I'm not a rigid connoisseur, so can't tell you the intriquate differences between the various forks available. But all I know is that when things get bumpy, it hurts. Especially if you're on it for hours at a time. You may be able to notice subtle differences, but don't expect a magic carpet ride.


----------



## umarth (Dec 5, 2007)

ne_dan said:


> I've raced on both on a carbon and steel fork. I could feel the steel fork flex (twist) when cornering hard, and when going fast into exposed roots and rocks, the steel fork gets overwhelmed and just deflects and does its own line choice. On the other hand the carbon fork doesn't twist and where you point it is where you go.
> 
> Now if you are just the type of rider that cruises along you'll must likely never notice the difference between the two.
> 
> And you can find the niner fork for much cheaper than $395 if you look around.


**** carbon forks.
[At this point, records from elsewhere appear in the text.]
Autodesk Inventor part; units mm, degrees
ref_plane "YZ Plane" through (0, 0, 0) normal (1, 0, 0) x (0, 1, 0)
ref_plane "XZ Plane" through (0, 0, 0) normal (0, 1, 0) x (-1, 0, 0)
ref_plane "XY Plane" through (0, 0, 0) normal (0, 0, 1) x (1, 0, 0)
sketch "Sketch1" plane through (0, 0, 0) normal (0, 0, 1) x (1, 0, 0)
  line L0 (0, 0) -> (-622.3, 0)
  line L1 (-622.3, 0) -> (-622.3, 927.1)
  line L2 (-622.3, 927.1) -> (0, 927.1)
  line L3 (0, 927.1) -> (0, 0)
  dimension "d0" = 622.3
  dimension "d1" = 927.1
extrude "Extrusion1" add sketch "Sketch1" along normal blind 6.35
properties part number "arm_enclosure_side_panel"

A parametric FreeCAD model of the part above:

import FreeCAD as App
import Part
import Sketcher
Q = App.Units.Quantity

doc = App.newDocument("Part")
body = doc.addObject("PartDesign::Body", "Body")

sketch1 = body.newObject("Sketcher::SketchObject", "Sketch")
sketch1.AttachmentSupport = (doc.getObject("XY_Plane"), [""])
sketch1.MapMode = "FlatFace"
sketch1.addGeometry([
    Part.LineSegment(App.Vector(-622.3, 0, 0), App.Vector(0, 0, 0)),
    Part.LineSegment(App.Vector(0, 0, 0), App.Vector(0, 927.1, 0)),
    Part.LineSegment(App.Vector(0, 927.1, 0), App.Vector(-622.3, 927.1, 0)),
    Part.LineSegment(App.Vector(-622.3, 927.1, 0), App.Vector(-622.3, 0, 0)),
], False)
sketch1.addConstraint([
    Sketcher.Constraint("Coincident", 0, 2, 1, 1),
    Sketcher.Constraint("Coincident", 1, 2, 2, 1),
    Sketcher.Constraint("Coincident", 2, 2, 3, 1),
    Sketcher.Constraint("Coincident", 3, 2, 0, 1),
    Sketcher.Constraint("Horizontal", 0),
    Sketcher.Constraint("Vertical", 1),
    Sketcher.Constraint("Horizontal", 2),
    Sketcher.Constraint("Vertical", 3),
    Sketcher.Constraint("Coincident", 0, 2, -1, 1),
    Sketcher.Constraint("DistanceX", 0, 1, 0, 2, Q("24.5 in")),
    Sketcher.Constraint("DistanceY", 1, 1, 1, 2, Q("36.5 in")),
])
pad1 = body.newObject("PartDesign::Pad", "Pad")
pad1.Profile = sketch1
pad1.Length = Q("0.25 in")

doc.recompute()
Mine bounced all over the ****ing place and made me hate my 29er even more.

Everyone is going to have an opinion they think is the goddamned truth on this subject because everyone has a **** spewing *******. Your own experience may vary, but I'm more than content with a steel fork.


----------



## boomn (Jul 6, 2007)

ne_dan said:


> I've raced on both on a carbon and steel fork. I could feel the steel fork flex (twist) when cornering hard, and when going fast into exposed roots and rocks, the steel fork gets overwhelmed and just deflects and does its own line choice. On the other hand the carbon fork doesn't twist and where you point it is where you go.
> 
> Now if you are just the type of rider that cruises along you'll must likely never notice the difference between the two.
> 
> And you can find the niner fork for much cheaper than $395 if you look around.


Not trying to bash your experience as experience counts for a lot, but are going off of only one steel fork and/or only one carbon fork? The design and specific material specs can make as much or more of a difference in the performance of the fork as the basic raw material, and given how many carbon and steel forks are available I would suggest that there is a lot of room for even the complete opposite of your personal observations to be true


----------



## b0mb3r (Feb 12, 2011)

I prefer my Fox F100 RLC over rigid, because it has a lock out and some voodoo magic dampening system. I tried rigid and there are many upsides but it was not for me.


----------



## TroutBum (Feb 16, 2004)

b0mb3r said:


> I prefer my Fox F100 RLC over rigid, because it has a lock out and some voodoo magic dampening system. I tried rigid and there are many upsides but it was not for me.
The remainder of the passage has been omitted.